Placebo aimed at children bitter pill to critics
JENNIFER Buettner was taking care of her young niece when the idea struck her. The child had a nagging case of hypochondria, and Mrs Buettner's mother-in-law, a nurse, instructed her to give the girl a tablet. "She told me it was the most benign thing I could give," Mrs Buettner said. "I thought, why give her any drug? Why not give her a placebo?"
Studies have repeatedly shown that placebos can produce improvements for many problems such as depression, pain and high blood pressure, and Mrs Buettner reasoned that she could harness the placebo effect to help her niece.
She sent her husband to the pharmacy to buy placebo pills. When he came back empty-handed, she said: "It was one of those 'aha!' moments when everything just clicks."
Mrs Buettner, 40, who lives in Maryland with her husband, seven-month-old son and 22-month-old twins, envisioned a children's placebo tablet that would empower parents to do something tangible for minor ills and reduce the unnecessary use of antibiotics and other medicines.

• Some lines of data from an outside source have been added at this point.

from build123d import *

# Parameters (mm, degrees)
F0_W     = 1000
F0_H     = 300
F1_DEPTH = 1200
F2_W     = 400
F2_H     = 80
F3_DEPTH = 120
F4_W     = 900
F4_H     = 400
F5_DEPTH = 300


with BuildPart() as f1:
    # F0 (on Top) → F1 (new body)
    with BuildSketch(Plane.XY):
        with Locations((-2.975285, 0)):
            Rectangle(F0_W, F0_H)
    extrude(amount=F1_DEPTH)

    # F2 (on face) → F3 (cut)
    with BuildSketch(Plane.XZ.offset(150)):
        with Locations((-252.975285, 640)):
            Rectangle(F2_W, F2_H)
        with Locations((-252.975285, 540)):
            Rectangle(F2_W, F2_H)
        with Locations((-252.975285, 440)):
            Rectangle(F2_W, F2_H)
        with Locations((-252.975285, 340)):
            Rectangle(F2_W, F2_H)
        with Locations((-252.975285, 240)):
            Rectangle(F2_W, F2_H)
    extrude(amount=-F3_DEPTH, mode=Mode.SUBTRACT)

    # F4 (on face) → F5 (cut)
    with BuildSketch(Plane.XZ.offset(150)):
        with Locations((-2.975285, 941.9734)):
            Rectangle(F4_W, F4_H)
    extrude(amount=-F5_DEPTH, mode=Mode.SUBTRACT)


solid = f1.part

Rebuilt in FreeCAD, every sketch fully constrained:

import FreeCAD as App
import Part
import Sketcher


def add_polygon(sketch, points):
    """Adds a closed chain of lines whose ends are joined by coincident constraints."""
    first, n = sketch.GeometryCount, len(points)
    for a, b in zip(points, points[1:] + points[:1]):
        sketch.addGeometry(Part.LineSegment(App.Vector(*a, 0), App.Vector(*b, 0)), False)
    for i in range(n):
        sketch.addConstraint(Sketcher.Constraint("Coincident", first + i, 2, first + (i + 1) % n, 1))

doc = App.newDocument("Part")
body = doc.addObject("PartDesign::Body", "Body")

# Sketch on XY plane
sketch1 = doc.addObject("Sketcher::SketchObject", "Sketch")
body.addObject(sketch1)
sketch1.AttachmentSupport = (doc.XY_Plane, [""])
sketch1.MapMode = "FlatFace"
add_polygon(sketch1, [(-503, 150), (-503, -150), (497, -150), (497, 150)])  # lines 0-3
sketch1.addConstraint([
    Sketcher.Constraint("Vertical", 0),
    Sketcher.Constraint("Horizontal", 1),
    Sketcher.Constraint("Vertical", 2),
    Sketcher.Constraint("Horizontal", 3),
    Sketcher.Constraint("DistanceX", 1, 1, 1, 2, 1000.0),
    Sketcher.Constraint("DistanceY", 0, 2, 0, 1, 300.0),
    Sketcher.Constraint("DistanceY", 0, 2, -1, 1, 150.0),
    Sketcher.Constraint("DistanceX", 0, 2, -1, 1, 502.975285),
])
pad1 = doc.addObject("PartDesign::Pad", "Pad")
body.addObject(pad1)
pad1.Profile = sketch1
pad1.Length = 1200

# Sketch on XZ plane
sketch2 = doc.addObject("Sketcher::SketchObject", "Sketch001")
body.addObject(sketch2)
sketch2.AttachmentSupport = (doc.XZ_Plane, [""])
sketch2.MapMode = "FlatFace"
sketch2.AttachmentOffset = App.Placement(App.Vector(0, 0, 150), App.Rotation())
add_polygon(sketch2, [(-453, 680), (-453, 600), (-53, 600), (-53, 680)])  # lines 0-3
add_polygon(sketch2, [(-453, 580), (-453, 500), (-53, 500), (-53, 580)])  # lines 4-7
add_polygon(sketch2, [(-453, 480), (-453, 400), (-53, 400), (-53, 480)])  # lines 8-11
add_polygon(sketch2, [(-453, 380), (-453, 300), (-53, 300), (-53, 380)])  # lines 12-15
add_polygon(sketch2, [(-453, 280), (-453, 200), (-53, 200), (-53, 280)])  # lines 16-19
sketch2.addConstraint([
    Sketcher.Constraint("Vertical", 0),
    Sketcher.Constraint("Horizontal", 1),
    Sketcher.Constraint("Vertical", 2),
    Sketcher.Constraint("Horizontal", 3),
    Sketcher.Constraint("Vertical", 4),
    Sketcher.Constraint("Horizontal", 5),
    Sketcher.Constraint("Vertical", 6),
    Sketcher.Constraint("Horizontal", 7),
    Sketcher.Constraint("Vertical", 8),
    Sketcher.Constraint("Horizontal", 9),
    Sketcher.Constraint("Vertical", 10),
    Sketcher.Constraint("Horizontal", 11),
    Sketcher.Constraint("Vertical", 12),
    Sketcher.Constraint("Horizontal", 13),
    Sketcher.Constraint("Vertical", 14),
    Sketcher.Constraint("Horizontal", 15),
    Sketcher.Constraint("Vertical", 16),
    Sketcher.Constraint("Horizontal", 17),
    Sketcher.Constraint("Vertical", 18),
    Sketcher.Constraint("Horizontal", 19),
    Sketcher.Constraint("Vertical", 3, 2, 4, 2),
    Sketcher.Constraint("Vertical", 2, 2, 5, 2),
    Sketcher.Constraint("Vertical", 7, 2, 8, 2),
    Sketcher.Constraint("Vertical", 6, 2, 9, 2),
    Sketcher.Constraint("Vertical", 11, 2, 12, 2),
    Sketcher.Constraint("Vertical", 10, 2, 13, 2),
    Sketcher.Constraint("Vertical", 15, 2, 16, 2),
    Sketcher.Constraint("Vertical", 14, 2, 17, 2),
    Sketcher.Constraint("Equal", 2, 4),
    Sketcher.Constraint("Equal", 6, 8),
    Sketcher.Constraint("Equal", 10, 12),
    Sketcher.Constraint("Equal", 14, 16),
    Sketcher.Constraint("DistanceX", 1, 1, 1, 2, 400.0),
    Sketcher.Constraint("DistanceY", 0, 2, 0, 1, 80.0),
    Sketcher.Constraint("DistanceY", -1, 1, 0, 2, 600.0),
    Sketcher.Constraint("DistanceY", -1, 1, 4, 2, 500.0),
    Sketcher.Constraint("DistanceY", -1, 1, 8, 2, 400.0),
    Sketcher.Constraint("DistanceY", -1, 1, 12, 2, 300.0),
    Sketcher.Constraint("DistanceY", -1, 1, 16, 2, 200.0),
    Sketcher.Constraint("DistanceX", 0, 2, -1, 1, 452.975285),
])
pocket1 = doc.addObject("PartDesign::Pocket", "Pocket")
body.addObject(pocket1)
pocket1.Profile = sketch2
pocket1.Length = 120

# Sketch on XZ plane
sketch3 = doc.addObject("Sketcher::SketchObject", "Sketch002")
body.addObject(sketch3)
sketch3.AttachmentSupport = (doc.XZ_Plane, [""])
sketch3.MapMode = "FlatFace"
sketch3.AttachmentOffset = App.Placement(App.Vector(0, 0, 150), App.Rotation())
add_polygon(sketch3, [(-453, 1142), (-453, 742), (447, 742), (447, 1142)])  # lines 0-3
sketch3.addConstraint([
    Sketcher.Constraint("Vertical", 0),
    Sketcher.Constraint("Horizontal", 1),
    Sketcher.Constraint("Vertical", 2),
    Sketcher.Constraint("Horizontal", 3),
    Sketcher.Constraint("DistanceX", 1, 1, 1, 2, 900.0),
    Sketcher.Constraint("DistanceY", 0, 2, 0, 1, 400.0),
    Sketcher.Constraint("DistanceY", -1, 1, 0, 2, 741.9734),
    Sketcher.Constraint("DistanceX", 0, 2, -1, 1, 452.975285),
])
pocket2 = doc.addObject("PartDesign::Pocket", "Pocket001")
body.addObject(pocket2)
pocket2.Profile = sketch3
pocket2.Length = 300

doc.recompute()
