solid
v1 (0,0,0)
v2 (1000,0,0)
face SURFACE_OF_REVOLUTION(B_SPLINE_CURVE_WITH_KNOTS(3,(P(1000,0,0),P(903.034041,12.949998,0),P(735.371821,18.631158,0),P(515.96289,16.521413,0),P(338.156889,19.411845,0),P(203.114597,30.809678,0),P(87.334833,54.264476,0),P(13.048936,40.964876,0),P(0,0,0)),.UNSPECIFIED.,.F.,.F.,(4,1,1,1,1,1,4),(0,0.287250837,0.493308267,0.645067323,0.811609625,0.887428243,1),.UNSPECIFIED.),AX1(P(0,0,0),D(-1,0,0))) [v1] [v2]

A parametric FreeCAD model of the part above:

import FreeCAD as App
import Part
import Sketcher

V = App.Vector

doc = App.newDocument("Part")
body = doc.addObject("PartDesign::Body", "Body")

# Sketch on XY plane
sketch1 = body.newObject("Sketcher::SketchObject", "Sketch")
sketch1.AttachmentSupport = (doc.getObject("XY_Plane"), [""])
sketch1.MapMode = "FlatFace"
sketch1.addGeometry([
    Part.LineSegment(V(0, 0, 0), V(1000, 0, 0)),
    Part.BSplineCurve([V(0, 0, 0), V(13.048936, 40.964876, 0), V(87.334833, 54.264476, 0), V(203.114597, 30.809678, 0), V(338.156889, 19.411845, 0), V(515.96289, 16.521413, 0), V(735.371821, 18.631158, 0), V(903.034041, 12.949998, 0), V(1000, 0, 0)], [4, 1, 1, 1, 1, 1, 4], [0, 0.112571757, 0.188390375, 0.354932677, 0.506691733, 0.712749163, 1], False, 3, [1, 1, 1, 1, 1, 1, 1, 1, 1], False),
], False)
sketch1.addConstraint([
    Sketcher.Constraint("Block", 1),
    Sketcher.Constraint("Coincident", 0, 1, 1, 1),
    Sketcher.Constraint("Coincident", 1, 2, 0, 2),
])
revolution = body.newObject("PartDesign::Revolution", "Revolution")
revolution.Profile = sketch1
revolution.ReferenceAxis = (sketch1, ["H_Axis"])
revolution.Angle = 360

doc.recompute()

With the help of her husband, Dennis, she founded a placebo company and, without a hint of irony, named it Efficacy Brands. Its chewable, cherry-flavoured dextrose tablets, Obecalp (placebo spelt backwards), go on sale on Sunday at the Efficacy Brands website. Bottles of 50 tablets will sell for $US5.95 ($A6.20). The Buettners have plans for a liquid version too.
Because they contain no active drug, the pills will not be sold as a drug under Food and Drug Administration rules. They will be marketed as dietary supplements, meaning they can be sold at groceries, pharmacies and discount stores without a prescription.
But some experts question the premise behind the tablets. "Placebos are unpredictable," said Howard Brody, a medical ethicist and family physician at the University of Texas Medical Branch at Galveston. He said there was no way to predict who would respond.
"The idea that we can use a placebo as a general treatment method strikes me as inappropriate," Dr Brody said.
Mrs Buettner does not spell out the conditions that her pills could treat. As a parent, she said, "you'll know when Obecalp is necessary".
Franklin Miller, a bioethicist at the National Institutes of Health, said he was sceptical. "As a parent of three now-grown children, I can't think of a single instance where I'd want to give a placebo," he said.
Much of the power of the placebo effect seems to lie in the belief that it will work, and some experts question whether this expectation can be sustained if the person giving it knows it is a sham.
Most clinical trials that have shown benefits from placebos are double-blinded: neither the recipient nor the giver knows that the pills are fake.
Dr David Spiegel, a psychiatrist who studies placebos at the Stanford School of Medicine, said conditioning children to reach for relief in a pill could make them easy targets for quacks and pharmaceutical pitches later.